With the orchestration method, we have some kind of central service that contains the logic. It will communicate with the corresponding services that are involved in the logic. In fact, what we are doing with this approach is translating the process flowcharts directly into code. The problem that arises with the orchestration method is that we have coupling between the services, since there is one central service that is highly dependent on the other services in order to perform the logic.
A better solution would be the choreography method. With this method, each service is highly independent and will react on events. There is no central unit that is directing the services on what they need to do. Each service contains its own part of the logic.
The message-based asynchronous communication, discussed earlier in this post, is ideal for the choreography approach. Using message-based communication, services just publish domain events on message channels and if other services are interested in these events, they subscribe to the corresponding channel.
Using this approach, we achieve loose coupling. Every service subscribes to the events that it is interested in and contains its own logic.

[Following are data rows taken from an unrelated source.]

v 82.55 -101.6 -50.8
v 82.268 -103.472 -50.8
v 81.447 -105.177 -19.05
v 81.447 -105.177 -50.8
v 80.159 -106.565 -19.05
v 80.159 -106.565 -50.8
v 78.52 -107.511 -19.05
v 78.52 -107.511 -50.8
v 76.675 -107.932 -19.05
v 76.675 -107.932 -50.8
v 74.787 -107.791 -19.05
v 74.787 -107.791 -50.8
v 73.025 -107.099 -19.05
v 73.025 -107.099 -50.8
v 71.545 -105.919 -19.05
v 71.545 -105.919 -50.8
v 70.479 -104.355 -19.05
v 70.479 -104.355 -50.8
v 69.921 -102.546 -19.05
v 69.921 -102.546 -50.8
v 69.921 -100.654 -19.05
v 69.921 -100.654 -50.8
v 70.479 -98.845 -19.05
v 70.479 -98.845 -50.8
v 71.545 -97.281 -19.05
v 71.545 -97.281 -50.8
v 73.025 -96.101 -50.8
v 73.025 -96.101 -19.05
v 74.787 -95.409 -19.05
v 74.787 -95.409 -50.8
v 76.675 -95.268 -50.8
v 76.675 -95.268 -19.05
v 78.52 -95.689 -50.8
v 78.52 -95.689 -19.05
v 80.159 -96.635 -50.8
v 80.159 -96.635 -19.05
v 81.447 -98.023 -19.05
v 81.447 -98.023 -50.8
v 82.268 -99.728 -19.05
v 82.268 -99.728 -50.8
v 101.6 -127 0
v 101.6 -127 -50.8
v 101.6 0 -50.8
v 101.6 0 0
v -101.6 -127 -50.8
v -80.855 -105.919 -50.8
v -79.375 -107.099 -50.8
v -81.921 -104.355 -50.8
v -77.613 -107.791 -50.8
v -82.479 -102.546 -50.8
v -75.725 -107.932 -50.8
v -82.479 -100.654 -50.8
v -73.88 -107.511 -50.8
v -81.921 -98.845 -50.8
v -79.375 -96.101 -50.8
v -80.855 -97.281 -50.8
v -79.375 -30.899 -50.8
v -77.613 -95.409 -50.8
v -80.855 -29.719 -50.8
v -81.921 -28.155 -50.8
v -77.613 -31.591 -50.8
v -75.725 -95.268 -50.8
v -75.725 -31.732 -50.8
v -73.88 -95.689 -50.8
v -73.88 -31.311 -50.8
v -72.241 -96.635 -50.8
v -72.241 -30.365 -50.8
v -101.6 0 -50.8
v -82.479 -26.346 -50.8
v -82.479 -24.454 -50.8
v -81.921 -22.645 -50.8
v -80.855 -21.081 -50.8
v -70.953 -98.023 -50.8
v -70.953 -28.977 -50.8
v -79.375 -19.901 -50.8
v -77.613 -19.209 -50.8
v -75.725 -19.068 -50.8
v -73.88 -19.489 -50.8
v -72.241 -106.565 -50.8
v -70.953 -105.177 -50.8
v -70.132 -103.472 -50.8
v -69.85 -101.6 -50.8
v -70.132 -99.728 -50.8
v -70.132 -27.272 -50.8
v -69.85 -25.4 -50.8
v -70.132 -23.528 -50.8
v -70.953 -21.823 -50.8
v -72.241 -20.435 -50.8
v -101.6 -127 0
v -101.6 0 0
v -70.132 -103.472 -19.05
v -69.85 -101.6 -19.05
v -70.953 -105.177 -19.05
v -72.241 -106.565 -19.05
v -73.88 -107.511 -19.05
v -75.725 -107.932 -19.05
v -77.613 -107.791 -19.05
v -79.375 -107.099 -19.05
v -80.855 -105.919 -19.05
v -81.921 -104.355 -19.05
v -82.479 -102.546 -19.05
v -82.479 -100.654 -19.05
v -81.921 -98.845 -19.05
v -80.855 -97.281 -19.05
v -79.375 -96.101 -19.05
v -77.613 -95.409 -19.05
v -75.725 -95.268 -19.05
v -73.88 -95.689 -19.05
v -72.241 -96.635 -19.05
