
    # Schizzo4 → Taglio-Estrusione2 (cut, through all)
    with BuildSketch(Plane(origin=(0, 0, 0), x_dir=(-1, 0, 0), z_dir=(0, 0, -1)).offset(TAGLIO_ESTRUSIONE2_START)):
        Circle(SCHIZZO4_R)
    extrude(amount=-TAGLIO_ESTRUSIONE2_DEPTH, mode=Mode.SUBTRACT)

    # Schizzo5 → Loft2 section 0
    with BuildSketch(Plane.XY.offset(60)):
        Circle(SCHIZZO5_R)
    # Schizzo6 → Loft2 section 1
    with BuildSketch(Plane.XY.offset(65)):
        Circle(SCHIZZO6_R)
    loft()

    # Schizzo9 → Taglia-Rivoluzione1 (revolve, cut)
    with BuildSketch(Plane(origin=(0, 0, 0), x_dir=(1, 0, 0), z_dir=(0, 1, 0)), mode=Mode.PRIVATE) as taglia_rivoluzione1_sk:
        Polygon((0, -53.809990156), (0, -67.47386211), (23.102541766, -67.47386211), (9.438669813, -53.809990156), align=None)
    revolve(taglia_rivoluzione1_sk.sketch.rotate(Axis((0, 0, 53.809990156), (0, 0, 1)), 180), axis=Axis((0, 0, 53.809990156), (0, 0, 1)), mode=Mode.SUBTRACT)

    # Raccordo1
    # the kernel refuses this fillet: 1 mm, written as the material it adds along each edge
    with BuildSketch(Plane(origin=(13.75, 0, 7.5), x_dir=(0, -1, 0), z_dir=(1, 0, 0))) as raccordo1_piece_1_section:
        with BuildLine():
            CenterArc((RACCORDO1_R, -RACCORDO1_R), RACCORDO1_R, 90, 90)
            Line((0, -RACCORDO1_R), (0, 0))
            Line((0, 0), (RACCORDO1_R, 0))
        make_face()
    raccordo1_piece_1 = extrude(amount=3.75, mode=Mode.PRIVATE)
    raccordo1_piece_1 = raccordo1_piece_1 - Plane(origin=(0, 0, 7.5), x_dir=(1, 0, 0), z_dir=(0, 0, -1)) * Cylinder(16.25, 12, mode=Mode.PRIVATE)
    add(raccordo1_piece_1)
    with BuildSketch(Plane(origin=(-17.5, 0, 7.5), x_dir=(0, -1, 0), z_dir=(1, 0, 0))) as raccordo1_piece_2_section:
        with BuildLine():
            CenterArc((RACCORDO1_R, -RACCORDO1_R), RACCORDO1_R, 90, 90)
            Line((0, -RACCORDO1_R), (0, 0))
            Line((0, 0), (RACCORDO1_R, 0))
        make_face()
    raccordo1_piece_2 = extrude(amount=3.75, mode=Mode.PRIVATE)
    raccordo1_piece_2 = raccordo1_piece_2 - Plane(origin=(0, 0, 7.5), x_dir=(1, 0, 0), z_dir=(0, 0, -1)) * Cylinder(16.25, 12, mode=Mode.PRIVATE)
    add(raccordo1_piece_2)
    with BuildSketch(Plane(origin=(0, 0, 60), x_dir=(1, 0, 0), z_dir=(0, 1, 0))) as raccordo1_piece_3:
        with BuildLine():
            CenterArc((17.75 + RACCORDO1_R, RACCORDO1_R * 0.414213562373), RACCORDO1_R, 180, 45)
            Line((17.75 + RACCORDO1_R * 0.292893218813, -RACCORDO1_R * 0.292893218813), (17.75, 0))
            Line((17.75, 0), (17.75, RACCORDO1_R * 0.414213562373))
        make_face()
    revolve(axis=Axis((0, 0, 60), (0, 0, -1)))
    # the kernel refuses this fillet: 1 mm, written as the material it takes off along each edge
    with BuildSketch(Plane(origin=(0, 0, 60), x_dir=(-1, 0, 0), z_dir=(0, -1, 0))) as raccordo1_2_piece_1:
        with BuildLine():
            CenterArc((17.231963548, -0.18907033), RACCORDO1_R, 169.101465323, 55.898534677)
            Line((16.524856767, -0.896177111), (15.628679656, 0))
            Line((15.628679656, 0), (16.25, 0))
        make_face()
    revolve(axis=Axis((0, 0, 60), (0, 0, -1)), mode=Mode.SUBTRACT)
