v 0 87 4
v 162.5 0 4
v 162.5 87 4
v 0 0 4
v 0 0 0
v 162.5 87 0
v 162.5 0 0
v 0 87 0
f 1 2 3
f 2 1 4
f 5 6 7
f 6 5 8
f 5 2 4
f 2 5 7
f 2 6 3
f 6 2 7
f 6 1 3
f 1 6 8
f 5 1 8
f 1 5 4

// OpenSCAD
/*below dimensions are in units of millimeter(mm)*/

cube([162.5,87,4]);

A ThoughtWorks publication of Jean D’Amore explains the problems of a microservices implementation using the orchestration approach and shows how the choreography approach would’ve been better.
Below I cited two dependency graphs of the article. The first one shows the dependencies of the services using the orchestration approach.
The other image shows how the dependency graph would look like using a choreography implementation (in this case by using an event stream).
When transactions move accross different services, we need a way to keep track of all the corresponding transactions.
This is done using a correlation ID. Each received request is assigned a correlation ID. This ID is used in all the transactions between the services that are related to the initial request.
This way, it is easy to find all the corresponding transactions that happened after a request (e.g. using a logging mechanism like logstash).